PROBLEM STATEMENT:
Return the lines below that contain the word "ThreePointArc".

DATA TO PROCESS:
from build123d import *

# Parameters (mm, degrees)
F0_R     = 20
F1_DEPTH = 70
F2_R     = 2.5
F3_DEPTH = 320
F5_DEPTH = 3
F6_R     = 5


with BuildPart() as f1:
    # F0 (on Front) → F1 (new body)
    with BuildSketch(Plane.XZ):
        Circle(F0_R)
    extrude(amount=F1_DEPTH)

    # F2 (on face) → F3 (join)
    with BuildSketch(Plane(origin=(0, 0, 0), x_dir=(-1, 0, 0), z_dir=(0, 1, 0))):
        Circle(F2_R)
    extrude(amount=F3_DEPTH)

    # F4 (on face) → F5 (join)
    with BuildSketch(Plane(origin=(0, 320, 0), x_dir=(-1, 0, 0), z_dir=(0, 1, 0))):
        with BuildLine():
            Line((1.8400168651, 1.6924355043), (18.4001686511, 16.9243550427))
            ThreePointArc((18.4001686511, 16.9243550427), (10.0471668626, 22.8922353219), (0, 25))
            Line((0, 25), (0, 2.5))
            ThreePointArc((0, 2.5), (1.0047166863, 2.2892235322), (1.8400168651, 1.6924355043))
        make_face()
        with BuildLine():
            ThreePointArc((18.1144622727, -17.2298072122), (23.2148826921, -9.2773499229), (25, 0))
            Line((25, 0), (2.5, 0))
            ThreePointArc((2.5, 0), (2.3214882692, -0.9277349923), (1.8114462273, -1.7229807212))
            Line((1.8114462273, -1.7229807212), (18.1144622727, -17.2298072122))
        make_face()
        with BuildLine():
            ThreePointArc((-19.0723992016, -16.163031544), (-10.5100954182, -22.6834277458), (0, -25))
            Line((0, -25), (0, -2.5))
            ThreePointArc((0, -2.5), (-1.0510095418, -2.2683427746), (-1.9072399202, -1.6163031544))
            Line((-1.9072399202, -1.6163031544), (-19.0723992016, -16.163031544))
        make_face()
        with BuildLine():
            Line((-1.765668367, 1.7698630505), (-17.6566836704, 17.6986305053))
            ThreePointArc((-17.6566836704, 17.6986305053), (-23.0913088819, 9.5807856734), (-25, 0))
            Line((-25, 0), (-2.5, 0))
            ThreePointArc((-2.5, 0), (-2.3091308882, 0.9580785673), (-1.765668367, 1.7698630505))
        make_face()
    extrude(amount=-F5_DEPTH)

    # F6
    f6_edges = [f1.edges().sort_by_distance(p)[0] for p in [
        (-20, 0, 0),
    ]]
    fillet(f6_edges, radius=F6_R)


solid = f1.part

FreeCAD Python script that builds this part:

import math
import FreeCAD as App
import Part
import Sketcher

V = App.Vector
Q = App.Units.Quantity


def edges_at(feature, points):
    """Names of the edges that pass closest to the given points."""
    edges = feature.Shape.Edges
    near = lambda p: min(range(len(edges)), key=lambda i: edges[i].distToShape(Part.Vertex(*p))[0])
    return sorted({f"Edge{near(p) + 1}" for p in points})

doc = App.newDocument("Part")
body = doc.addObject("PartDesign::Body", "Body")

# Sketch on XZ plane
sketch1 = body.newObject("Sketcher::SketchObject", "Sketch")
sketch1.AttachmentSupport = (doc.getObject("XZ_Plane"), [""])
sketch1.MapMode = "FlatFace"
sketch1.addGeometry(Part.Circle(V(0, 0, 0), V(0, 0, 1), 20), False)
sketch1.addConstraint([
    Sketcher.Constraint("Coincident", 0, 3, -1, 1),
    Sketcher.Constraint("Diameter", 0, Q("40 mm")),
])
pad1 = body.newObject("PartDesign::Pad", "Pad")
pad1.Profile = sketch1
pad1.Length = 70

# Sketch on XZ plane
sketch2 = body.newObject("Sketcher::SketchObject", "Sketch001")
sketch2.AttachmentSupport = (doc.getObject("XZ_Plane"), [""])
sketch2.MapMode = "FlatFace"
sketch2.addGeometry(Part.Circle(V(0, 0, 0), V(0, 0, 1), 2.5), False)
sketch2.addConstraint([
    Sketcher.Constraint("Coincident", 0, 3, -1, 1),
    Sketcher.Constraint("Diameter", 0, Q("5 mm")),
])
pad2 = body.newObject("PartDesign::Pad", "Pad001")
pad2.Profile = sketch2
pad2.Length = 320
pad2.Reversed = True

# Sketch on XZ plane
sketch3 = body.newObject("Sketcher::SketchObject", "Sketch002")
sketch3.AttachmentSupport = (doc.getObject("XZ_Plane"), [""])
sketch3.MapMode = "FlatFace"
sketch3.AttachmentOffset = App.Placement(V(0, 0, -320), App.Rotation())
sketch3.addGeometry([
    Part.LineSegment(V(-1.840017, 1.692436, 0), V(-18.400169, 16.924355, 0)),  # 0
    Part.ArcOfCircle(Part.Circle(V(0, 0, 0), V(0, 0, 1), 25), math.radians(90), math.radians(137.392353)),  # 1
    Part.LineSegment(V(0, 25, 0), V(0, 2.5, 0)),  # 2
    Part.ArcOfCircle(Part.Circle(V(0, 0, 0), V(0, 0, 1), 2.5), math.radians(90), math.radians(137.392353)),  # 3
    Part.ArcOfCircle(Part.Circle(V(0, 0, 0), V(0, 0, 1), 25), math.radians(180), math.radians(223.566205)),  # 4
    Part.LineSegment(V(-25, 0, 0), V(-2.5, 0, 0)),  # 5
    Part.ArcOfCircle(Part.Circle(V(0, 0, 0), V(0, 0, 1), 2.5), math.radians(180), math.radians(223.566205)),  # 6
    Part.LineSegment(V(-1.811446, -1.722981, 0), V(-18.114462, -17.229807, 0)),  # 7
    Part.ArcOfCircle(Part.Circle(V(0, 0, 0), V(0, 0, 1), 25), math.radians(-90), math.radians(-40.279831)),  # 8
    Part.LineSegment(V(0, -25, 0), V(0, -2.5, 0)),  # 9
    Part.ArcOfCircle(Part.Circle(V(0, 0, 0), V(0, 0, 1), 2.5), math.radians(-90), math.radians(-40.27983)),  # 10
    Part.LineSegment(V(1.90724, -1.616303, 0), V(19.072399, -16.163032, 0)),  # 11
    Part.LineSegment(V(1.765668, 1.769863, 0), V(17.656684, 17.698631, 0)),  # 12
    Part.ArcOfCircle(Part.Circle(V(0, 0, 0), V(0, 0, 1), 25), math.radians(0), math.radians(45.067978)),  # 13
    Part.LineSegment(V(25, 0, 0), V(2.5, 0, 0)),  # 14
    Part.ArcOfCircle(Part.Circle(V(0, 0, 0), V(0, 0, 1), 2.5), math.radians(0), math.radians(45.067978)),  # 15
], False)
sketch3.addConstraint([
    Sketcher.Constraint("Coincident", 0, 2, 1, 2),
    Sketcher.Constraint("Coincident", 1, 1, 2, 1),
    Sketcher.Constraint("Coincident", 2, 2, 3, 1),
    Sketcher.Constraint("Coincident", 3, 2, 0, 1),
    Sketcher.Constraint("Coincident", 4, 1, 5, 1),
    Sketcher.Constraint("Coincident", 5, 2, 6, 1),
    Sketcher.Constraint("Coincident", 6, 2, 7, 1),
    Sketcher.Constraint("Coincident", 7, 2, 4, 2),
    Sketcher.Constraint("Coincident", 8, 1, 9, 1),
    Sketcher.Constraint("Coincident", 9, 2, 10, 1),
    Sketcher.Constraint("Coincident", 10, 2, 11, 1),
    Sketcher.Constraint("Coincident", 11, 2, 8, 2),
    Sketcher.Constraint("Coincident", 12, 2, 13, 2),
    Sketcher.Constraint("Coincident", 13, 1, 14, 1),
    Sketcher.Constraint("Coincident", 14, 2, 15, 1),
    Sketcher.Constraint("Coincident", 15, 2, 12, 1),
    Sketcher.Constraint("Vertical", 2),
    Sketcher.Constraint("Horizontal", 5),
    Sketcher.Constraint("Vertical", 9),
    Sketcher.Constraint("Horizontal", 14),
    Sketcher.Constraint("Coincident", 1, 3, -1, 1),
    Sketcher.Constraint("Coincident", 3, 3, -1, 1),
    Sketcher.Constraint("Coincident", 4, 3, -1, 1),
    Sketcher.Constraint("Coincident", 6, 3, -1, 1),
    Sketcher.Constraint("Coincident", 8, 3, -1, 1),
    Sketcher.Constraint("Coincident", 10, 3, -1, 1),
    Sketcher.Constraint("Coincident", 13, 3, -1, 1),
    Sketcher.Constraint("Coincident", 15, 3, -1, 1),
    Sketcher.Constraint("Equal", 1, 4),
    Sketcher.Constraint("Equal", 3, 6),
    Sketcher.Constraint("Equal", 4, 8),
    Sketcher.Constraint("Equal", 6, 10),
    Sketcher.Constraint("Equal", 8, 13),
    Sketcher.Constraint("Equal", 10, 15),
    Sketcher.Constraint("PointOnObject", 1, 1, -2),
    Sketcher.Constraint("PointOnObject", 4, 1, -1),
    Sketcher.Constraint("PointOnObject", 8, 1, -2),
    Sketcher.Constraint("PointOnObject", 13, 1, -1),
    Sketcher.Constraint("Radius", 1, Q("25 mm")),
    Sketcher.Constraint("Radius", 3, Q("2.5 mm")),
    Sketcher.Constraint("DistanceX", -1, 1, 11, 2, Q("19.072399 mm")),
    Sketcher.Constraint("DistanceX", 0, 2, -1, 1, Q("18.400169 mm")),
    Sketcher.Constraint("DistanceY", 6, 2, -1, 1, Q("1.722981 mm")),
    Sketcher.Constraint("DistanceX", -1, 1, 10, 2, Q("1.90724 mm")),
    Sketcher.Constraint("DistanceY", -1, 1, 12, 2, Q("17.698631 mm")),
    Sketcher.Constraint("DistanceX", -1, 1, 15, 2, Q("1.765668 mm")),
    Sketcher.Constraint("DistanceX", 3, 2, -1, 1, Q("1.840017 mm")),
    Sketcher.Constraint("DistanceX", 7, 2, -1, 1, Q("18.114462 mm")),
])
pad3 = body.newObject("PartDesign::Pad", "Pad002")
pad3.Profile = sketch3
pad3.Length = 3
doc.recompute()

fillet = body.newObject("PartDesign::Fillet", "Fillet")
fillet.Base = (pad3, edges_at(pad3, [(-20, 0, 0)]))
fillet.Radius = 5

doc.recompute()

SOLUTION TO THIS TASK:
            ThreePointArc((18.4001686511, 16.9243550427), (10.0471668626, 22.8922353219), (0, 25))
            ThreePointArc((0, 2.5), (1.0047166863, 2.2892235322), (1.8400168651, 1.6924355043))
            ThreePointArc((18.1144622727, -17.2298072122), (23.2148826921, -9.2773499229), (25, 0))
            ThreePointArc((2.5, 0), (2.3214882692, -0.9277349923), (1.8114462273, -1.7229807212))
            ThreePointArc((-19.0723992016, -16.163031544), (-10.5100954182, -22.6834277458), (0, -25))
            ThreePointArc((0, -2.5), (-1.0510095418, -2.2683427746), (-1.9072399202, -1.6163031544))
            ThreePointArc((-17.6566836704, 17.6986305053), (-23.0913088819, 9.5807856734), (-25, 0))
            ThreePointArc((-2.5, 0), (-2.3091308882, 0.9580785673), (-1.765668367, 1.7698630505))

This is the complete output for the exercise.